Midnight, June 30, 1997. This will be a very big day for Hong Kong. The biggest ever. Hotel space is already selling out. A lot of people want to be there, to remember what Hong Kong was, to get a glimpse of what it will be.

Then the sightseers will check out and go home, leaving Hong Kong to face ... whatever comes next. Nobody knows for sure what it will be. But it’s coming.

Tick tick tick tick tick ...

Some background. Although Hong Kong is geographically part of China, right now it’s a colony of Great Britain. This arrangement dates back to the 19th-century Opium Wars, which you recall from your high school World History class.

You liar. Probably the only event you remember from World History class is the time Jeffrey Brunderman made a spitball so large that he couldn’t get it out of his mouth without emergency medical assistance. To refresh your memory: In the early 19th century, British traders were making big money getting opium from India and selling it, illegally, in China. In 1839, the Chinese emperor tried to put a stop to this. Britain, which at the time had a vast empire and a major butt-kicking navy, was outraged that some pissant emperor would dare to interfere with the activities of legitimate British businessmen just because they were smuggling drugs.

So Britain sent a fleet to attack. The Chinese were quickly defeated and forced to sign a treaty under which, among other things, Britain got Hong Kong. Over the years Britain added more land to the Hong Kong colony which is ruled by a governor appointed by the crown. Historically, the Hong Kong residents, who are overwhelmingly Chinese, have had virtually no say in their government.

But for a long time Hong Kong didn’t concern itself much with politics, because there was a lot of money to be made.
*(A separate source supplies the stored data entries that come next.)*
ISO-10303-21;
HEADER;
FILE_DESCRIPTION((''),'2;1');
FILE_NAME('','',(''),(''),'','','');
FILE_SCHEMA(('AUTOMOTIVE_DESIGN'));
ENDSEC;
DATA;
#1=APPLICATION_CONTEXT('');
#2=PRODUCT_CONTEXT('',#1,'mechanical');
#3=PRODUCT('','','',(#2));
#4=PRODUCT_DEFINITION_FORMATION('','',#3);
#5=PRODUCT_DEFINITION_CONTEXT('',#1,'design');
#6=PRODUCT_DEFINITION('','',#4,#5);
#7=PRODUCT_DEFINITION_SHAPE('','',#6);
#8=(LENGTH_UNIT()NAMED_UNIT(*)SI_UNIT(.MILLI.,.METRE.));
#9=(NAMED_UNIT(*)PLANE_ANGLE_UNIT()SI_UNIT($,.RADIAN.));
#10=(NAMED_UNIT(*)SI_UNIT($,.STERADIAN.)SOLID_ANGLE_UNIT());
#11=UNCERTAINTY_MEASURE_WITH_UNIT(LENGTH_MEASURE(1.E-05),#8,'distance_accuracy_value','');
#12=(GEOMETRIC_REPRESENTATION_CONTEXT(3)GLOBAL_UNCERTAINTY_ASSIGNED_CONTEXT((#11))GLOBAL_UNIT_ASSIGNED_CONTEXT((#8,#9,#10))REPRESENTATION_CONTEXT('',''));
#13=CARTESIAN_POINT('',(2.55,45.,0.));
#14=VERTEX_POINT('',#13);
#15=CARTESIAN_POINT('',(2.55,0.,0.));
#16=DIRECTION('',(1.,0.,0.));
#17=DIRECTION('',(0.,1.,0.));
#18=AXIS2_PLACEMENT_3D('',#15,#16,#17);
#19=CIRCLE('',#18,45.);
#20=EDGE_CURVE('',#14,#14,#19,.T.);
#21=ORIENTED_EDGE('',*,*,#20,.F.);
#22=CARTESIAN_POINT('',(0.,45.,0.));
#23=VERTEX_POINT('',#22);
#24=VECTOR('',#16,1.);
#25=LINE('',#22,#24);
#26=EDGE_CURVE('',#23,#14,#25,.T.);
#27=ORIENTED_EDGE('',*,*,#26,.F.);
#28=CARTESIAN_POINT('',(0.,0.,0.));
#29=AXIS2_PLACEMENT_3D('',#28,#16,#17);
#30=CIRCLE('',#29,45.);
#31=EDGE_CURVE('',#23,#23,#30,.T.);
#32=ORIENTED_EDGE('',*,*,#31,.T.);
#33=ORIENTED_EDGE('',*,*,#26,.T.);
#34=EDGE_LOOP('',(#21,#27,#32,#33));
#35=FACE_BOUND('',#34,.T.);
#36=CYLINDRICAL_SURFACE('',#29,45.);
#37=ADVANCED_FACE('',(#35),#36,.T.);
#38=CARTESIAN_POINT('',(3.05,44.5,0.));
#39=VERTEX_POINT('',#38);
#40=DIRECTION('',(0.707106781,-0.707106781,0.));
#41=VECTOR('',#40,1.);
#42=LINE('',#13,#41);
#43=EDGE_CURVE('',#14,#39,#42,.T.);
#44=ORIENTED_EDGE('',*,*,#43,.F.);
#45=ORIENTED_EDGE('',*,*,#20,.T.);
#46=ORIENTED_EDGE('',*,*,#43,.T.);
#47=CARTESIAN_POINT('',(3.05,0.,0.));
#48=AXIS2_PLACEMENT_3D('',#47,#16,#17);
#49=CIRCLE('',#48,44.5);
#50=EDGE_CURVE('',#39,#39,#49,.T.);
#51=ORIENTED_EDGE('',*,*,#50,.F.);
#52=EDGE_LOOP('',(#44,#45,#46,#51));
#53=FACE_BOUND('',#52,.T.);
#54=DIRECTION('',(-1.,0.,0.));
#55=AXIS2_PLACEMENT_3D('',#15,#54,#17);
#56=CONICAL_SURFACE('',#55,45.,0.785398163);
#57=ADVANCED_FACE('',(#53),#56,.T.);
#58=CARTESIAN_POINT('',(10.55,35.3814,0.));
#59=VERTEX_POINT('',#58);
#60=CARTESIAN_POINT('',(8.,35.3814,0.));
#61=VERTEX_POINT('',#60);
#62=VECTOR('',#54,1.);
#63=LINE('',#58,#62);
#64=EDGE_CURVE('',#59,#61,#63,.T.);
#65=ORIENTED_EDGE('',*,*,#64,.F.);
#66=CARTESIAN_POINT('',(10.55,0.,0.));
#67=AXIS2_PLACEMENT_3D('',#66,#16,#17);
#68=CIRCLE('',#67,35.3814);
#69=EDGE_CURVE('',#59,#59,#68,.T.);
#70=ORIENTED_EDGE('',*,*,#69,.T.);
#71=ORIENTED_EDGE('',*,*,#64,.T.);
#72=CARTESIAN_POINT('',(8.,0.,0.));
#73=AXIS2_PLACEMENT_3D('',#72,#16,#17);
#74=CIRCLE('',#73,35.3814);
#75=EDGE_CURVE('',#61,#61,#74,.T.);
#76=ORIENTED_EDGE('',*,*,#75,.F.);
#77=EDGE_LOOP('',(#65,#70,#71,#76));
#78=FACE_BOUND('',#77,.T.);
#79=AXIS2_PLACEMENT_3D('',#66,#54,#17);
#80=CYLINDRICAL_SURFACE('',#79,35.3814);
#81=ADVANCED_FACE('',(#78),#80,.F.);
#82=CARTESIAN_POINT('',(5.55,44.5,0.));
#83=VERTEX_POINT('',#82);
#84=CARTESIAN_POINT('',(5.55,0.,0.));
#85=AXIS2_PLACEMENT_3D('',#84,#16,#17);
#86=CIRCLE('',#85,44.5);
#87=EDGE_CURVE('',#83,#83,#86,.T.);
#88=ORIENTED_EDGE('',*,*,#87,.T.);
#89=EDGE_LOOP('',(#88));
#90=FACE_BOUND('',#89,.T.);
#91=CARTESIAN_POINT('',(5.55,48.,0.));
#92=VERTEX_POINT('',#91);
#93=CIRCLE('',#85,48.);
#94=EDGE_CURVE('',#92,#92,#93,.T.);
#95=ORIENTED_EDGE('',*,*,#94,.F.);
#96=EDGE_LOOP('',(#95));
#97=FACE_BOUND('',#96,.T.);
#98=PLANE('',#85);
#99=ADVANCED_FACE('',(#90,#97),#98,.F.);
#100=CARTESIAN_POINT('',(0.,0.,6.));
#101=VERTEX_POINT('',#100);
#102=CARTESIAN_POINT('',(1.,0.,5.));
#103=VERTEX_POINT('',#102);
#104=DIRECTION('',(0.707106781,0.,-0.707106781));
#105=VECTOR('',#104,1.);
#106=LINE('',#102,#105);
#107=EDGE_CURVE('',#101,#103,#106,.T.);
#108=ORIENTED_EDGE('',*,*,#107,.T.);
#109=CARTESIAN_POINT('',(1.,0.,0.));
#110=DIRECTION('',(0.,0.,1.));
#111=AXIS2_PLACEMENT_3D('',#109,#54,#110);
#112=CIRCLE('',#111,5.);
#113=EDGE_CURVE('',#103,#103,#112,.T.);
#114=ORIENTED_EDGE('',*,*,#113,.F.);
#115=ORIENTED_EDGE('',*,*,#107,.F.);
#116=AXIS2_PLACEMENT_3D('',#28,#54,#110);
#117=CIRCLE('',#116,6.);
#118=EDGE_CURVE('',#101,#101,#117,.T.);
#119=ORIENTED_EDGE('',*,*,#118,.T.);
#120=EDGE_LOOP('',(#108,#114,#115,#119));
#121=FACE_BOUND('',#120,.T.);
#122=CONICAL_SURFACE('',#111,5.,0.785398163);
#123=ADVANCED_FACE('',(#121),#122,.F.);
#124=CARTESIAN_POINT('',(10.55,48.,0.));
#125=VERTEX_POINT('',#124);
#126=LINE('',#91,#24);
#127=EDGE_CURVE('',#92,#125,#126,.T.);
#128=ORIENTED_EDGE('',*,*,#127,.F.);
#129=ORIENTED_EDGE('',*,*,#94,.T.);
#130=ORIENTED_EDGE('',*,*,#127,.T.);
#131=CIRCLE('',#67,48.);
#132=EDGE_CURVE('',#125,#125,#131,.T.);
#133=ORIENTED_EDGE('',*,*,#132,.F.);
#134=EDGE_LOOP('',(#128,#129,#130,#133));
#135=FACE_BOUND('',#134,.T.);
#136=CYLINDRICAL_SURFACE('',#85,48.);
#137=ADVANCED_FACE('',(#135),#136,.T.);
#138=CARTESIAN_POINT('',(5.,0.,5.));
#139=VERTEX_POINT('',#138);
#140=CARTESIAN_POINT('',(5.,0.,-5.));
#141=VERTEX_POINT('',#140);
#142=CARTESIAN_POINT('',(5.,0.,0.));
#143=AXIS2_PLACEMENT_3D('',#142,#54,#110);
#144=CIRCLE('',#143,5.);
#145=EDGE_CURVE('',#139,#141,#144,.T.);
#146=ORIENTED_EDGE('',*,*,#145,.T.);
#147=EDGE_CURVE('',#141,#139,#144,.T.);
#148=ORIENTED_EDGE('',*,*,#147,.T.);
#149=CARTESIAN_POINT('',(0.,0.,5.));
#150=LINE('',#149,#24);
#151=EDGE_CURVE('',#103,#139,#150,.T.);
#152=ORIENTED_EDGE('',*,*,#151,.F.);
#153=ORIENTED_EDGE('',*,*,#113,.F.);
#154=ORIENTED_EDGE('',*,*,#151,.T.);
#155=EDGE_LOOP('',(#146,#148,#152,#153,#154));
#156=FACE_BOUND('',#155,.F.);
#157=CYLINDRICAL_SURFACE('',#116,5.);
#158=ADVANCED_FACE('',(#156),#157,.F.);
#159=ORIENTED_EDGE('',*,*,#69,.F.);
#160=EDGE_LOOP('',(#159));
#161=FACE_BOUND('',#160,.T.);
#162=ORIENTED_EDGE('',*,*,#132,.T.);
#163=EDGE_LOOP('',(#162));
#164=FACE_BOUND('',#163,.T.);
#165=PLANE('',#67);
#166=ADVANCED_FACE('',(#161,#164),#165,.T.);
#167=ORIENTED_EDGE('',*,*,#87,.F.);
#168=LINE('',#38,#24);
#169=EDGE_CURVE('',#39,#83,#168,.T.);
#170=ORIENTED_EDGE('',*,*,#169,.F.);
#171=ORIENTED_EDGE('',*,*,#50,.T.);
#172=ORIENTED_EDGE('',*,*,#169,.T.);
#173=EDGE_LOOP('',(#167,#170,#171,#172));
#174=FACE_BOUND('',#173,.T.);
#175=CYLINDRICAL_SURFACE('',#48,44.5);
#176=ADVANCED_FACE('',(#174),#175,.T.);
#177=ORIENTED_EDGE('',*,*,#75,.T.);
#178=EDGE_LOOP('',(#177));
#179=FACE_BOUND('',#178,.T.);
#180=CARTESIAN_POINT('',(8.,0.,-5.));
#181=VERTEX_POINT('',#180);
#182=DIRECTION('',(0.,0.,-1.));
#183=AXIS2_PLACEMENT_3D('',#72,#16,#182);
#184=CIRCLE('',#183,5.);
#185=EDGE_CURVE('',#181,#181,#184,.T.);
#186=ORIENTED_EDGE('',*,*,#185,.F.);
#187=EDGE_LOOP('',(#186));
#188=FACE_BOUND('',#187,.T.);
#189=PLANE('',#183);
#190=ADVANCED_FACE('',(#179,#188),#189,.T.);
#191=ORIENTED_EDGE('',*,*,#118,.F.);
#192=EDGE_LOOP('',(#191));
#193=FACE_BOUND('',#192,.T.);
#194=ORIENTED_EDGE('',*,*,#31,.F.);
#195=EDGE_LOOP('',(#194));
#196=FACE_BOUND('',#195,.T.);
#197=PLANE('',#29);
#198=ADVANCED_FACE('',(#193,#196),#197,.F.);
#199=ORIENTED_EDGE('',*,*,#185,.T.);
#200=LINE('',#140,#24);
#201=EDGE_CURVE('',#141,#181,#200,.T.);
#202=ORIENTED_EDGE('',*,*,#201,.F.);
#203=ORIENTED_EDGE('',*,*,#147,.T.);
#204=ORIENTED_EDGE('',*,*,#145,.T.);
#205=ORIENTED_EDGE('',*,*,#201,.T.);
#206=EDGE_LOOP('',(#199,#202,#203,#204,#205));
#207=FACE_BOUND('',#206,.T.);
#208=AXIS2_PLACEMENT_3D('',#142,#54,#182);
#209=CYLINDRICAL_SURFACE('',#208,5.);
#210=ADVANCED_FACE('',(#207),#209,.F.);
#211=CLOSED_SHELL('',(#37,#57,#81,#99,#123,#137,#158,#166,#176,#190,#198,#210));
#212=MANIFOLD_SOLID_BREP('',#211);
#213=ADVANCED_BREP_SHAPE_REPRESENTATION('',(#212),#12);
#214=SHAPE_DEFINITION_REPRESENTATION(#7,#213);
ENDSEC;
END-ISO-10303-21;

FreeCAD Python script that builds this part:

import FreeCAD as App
import Part
import Sketcher


def edges_at(feature, points):
    """Names of the edges that pass closest to the given points."""
    edges = feature.Shape.Edges
    near = lambda p: min(range(len(edges)), key=lambda i: edges[i].distToShape(Part.Vertex(*p))[0])
    return sorted({f"Edge{near(p) + 1}" for p in points})

doc = App.newDocument("Part")
body = doc.addObject("PartDesign::Body", "Body")

# Sketch on XY plane
sketch1 = body.newObject("Sketcher::SketchObject", "Sketch")
sketch1.AttachmentSupport = (doc.getObject("XY_Plane"), [""])
sketch1.MapMode = "FlatFace"
sketch1.addGeometry(Part.LineSegment(App.Vector(0, 45, 0), App.Vector(0, 0, 0)), False)
sketch1.addGeometry(Part.LineSegment(App.Vector(0, 0, 0), App.Vector(5, 0, 0)), False)
sketch1.addGeometry(Part.LineSegment(App.Vector(5, 0, 0), App.Vector(5, 35.3814, 0)), False)
sketch1.addGeometry(Part.LineSegment(App.Vector(5, 35.3814, 0), App.Vector(10.55, 35.3814, 0)), False)
sketch1.addGeometry(Part.LineSegment(App.Vector(10.55, 35.3814, 0), App.Vector(10.55, 48, 0)), False)
sketch1.addGeometry(Part.LineSegment(App.Vector(10.55, 48, 0), App.Vector(5.55, 48, 0)), False)
sketch1.addGeometry(Part.LineSegment(App.Vector(5.55, 48, 0), App.Vector(5.55, 44.5, 0)), False)
sketch1.addGeometry(Part.LineSegment(App.Vector(5.55, 44.5, 0), App.Vector(3.05, 44.5, 0)), False)
sketch1.addGeometry(Part.LineSegment(App.Vector(3.05, 44.5, 0), App.Vector(2.55, 45, 0)), False)
sketch1.addGeometry(Part.LineSegment(App.Vector(2.55, 45, 0), App.Vector(0, 45, 0)), False)
sketch1.addConstraint(Sketcher.Constraint("Coincident", 0, 2, 1, 1))
sketch1.addConstraint(Sketcher.Constraint("Coincident", 1, 2, 2, 1))
sketch1.addConstraint(Sketcher.Constraint("Coincident", 2, 2, 3, 1))
sketch1.addConstraint(Sketcher.Constraint("Coincident", 3, 2, 4, 1))
sketch1.addConstraint(Sketcher.Constraint("Coincident", 4, 2, 5, 1))
sketch1.addConstraint(Sketcher.Constraint("Coincident", 5, 2, 6, 1))
sketch1.addConstraint(Sketcher.Constraint("Coincident", 6, 2, 7, 1))
sketch1.addConstraint(Sketcher.Constraint("Coincident", 7, 2, 8, 1))
sketch1.addConstraint(Sketcher.Constraint("Coincident", 8, 2, 9, 1))
sketch1.addConstraint(Sketcher.Constraint("Coincident", 9, 2, 0, 1))
sketch1.addConstraint(Sketcher.Constraint("Vertical", 0))
sketch1.addConstraint(Sketcher.Constraint("Horizontal", 1))
sketch1.addConstraint(Sketcher.Constraint("Vertical", 2))
sketch1.addConstraint(Sketcher.Constraint("Horizontal", 3))
sketch1.addConstraint(Sketcher.Constraint("Vertical", 4))
sketch1.addConstraint(Sketcher.Constraint("Horizontal", 5))
sketch1.addConstraint(Sketcher.Constraint("Vertical", 6))
sketch1.addConstraint(Sketcher.Constraint("Horizontal", 7))
sketch1.addConstraint(Sketcher.Constraint("Horizontal", 9))
sketch1.addConstraint(Sketcher.Constraint("Coincident", 0, 2, -1, 1))
sketch1.addConstraint(Sketcher.Constraint("Equal", 1, 5))
sketch1.addConstraint(Sketcher.Constraint("DistanceX", 1, 1, 1, 2, 5.0))
sketch1.addConstraint(Sketcher.Constraint("DistanceY", 0, 2, 0, 1, 45.0))
sketch1.addConstraint(Sketcher.Constraint("DistanceX", 7, 2, 7, 1, 2.5))
sketch1.addConstraint(Sketcher.Constraint("DistanceX", 8, 2, 6, 2, 3.0))
sketch1.addConstraint(Sketcher.Constraint("DistanceY", 8, 2, 5, 2, 3.0))
sketch1.addConstraint(Sketcher.Constraint("DistanceY", 7, 2, 8, 2, 0.5))
sketch1.addConstraint(Sketcher.Constraint("DistanceX", -1, 1, 3, 2, 10.55))
sketch1.addConstraint(Sketcher.Constraint("DistanceY", 2, 1, 2, 2, 35.3814))
revolution = body.newObject("PartDesign::Revolution", "Revolution")
revolution.Profile = sketch1
revolution.ReferenceAxis = (sketch1, ["H_Axis"])
revolution.Angle = 360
There still is. Hong Kong today is a major international trade and financial center. It’s a busy place—410

square miles supporting six million people, most of them jammed together around the spectacular, hard-working Hong Kong harbor, which we travel writers are required, by law, to describe as “teeming.”

And it is teeming. All day, all night, the dirty brown water is churned

by boats, all sizes and shapes, barely missing each other as they bustle in all directions on urgent boat errands. Many are ferryboats, which cross the harbor constantly, carrying the teeming masses of people—mostly well-dressed, prosperous-looking people—to and from the downtown business district, which looks like a full-size version of an Epcot Center scale model of the City of Tomorrow: dozens of breathtakingly tall, shiny, modernistic buildings, none of which appears to be more than a few days old, with newer ones constantly going up. Connecting these buildings, over the teeming streets, are teeming walkways, which lead to vast, staggeringly opulent shopping centers with gleaming floors and spotless stores teeming with cameras, electronics, silks,jewelry, and other luxury items of all kinds.

This is not a place for quiet reflection. This is the Ultimate Shopping Mall. This is a place where everything is for sale, and you can bargain your brains out. This is a place where you can feel your credit cards teeming in your wallet, hear their squeaky little plastic voices calling, “Let us out! Let us OUT!!” This is a place so rich and modern and fast-paced and sophisticated that it makes New York seem like a dowdy old snooze of a town.

In short, this is a place that screams: “We’re RICH, SUCCESSFUL CAPITALISTS, and we’re DAMNED PROUD OF IT!”

And on June 30, 1997, Britain is going to give it all—the whole marvelous money machine, and all its human dependents—to the People’s Republic of China. China has long claimed that Britain has no right to Hong Kong, and in 1984, after much negotiation between the two nations, Britain agreed to get out in 1997.

So in a little over five years, the people of Hong Kong—Who never got to vote on any of this—will simply be handed over to China, as though they were some kind of commodity, nothing but a load of pork bellies being traded. The Chinese leaders have promised that they won’t make any drastic changes in Hong Kong, but nobody believes this. These are, after all, the same fun dudes who gave us the Tiananmen Square massacre.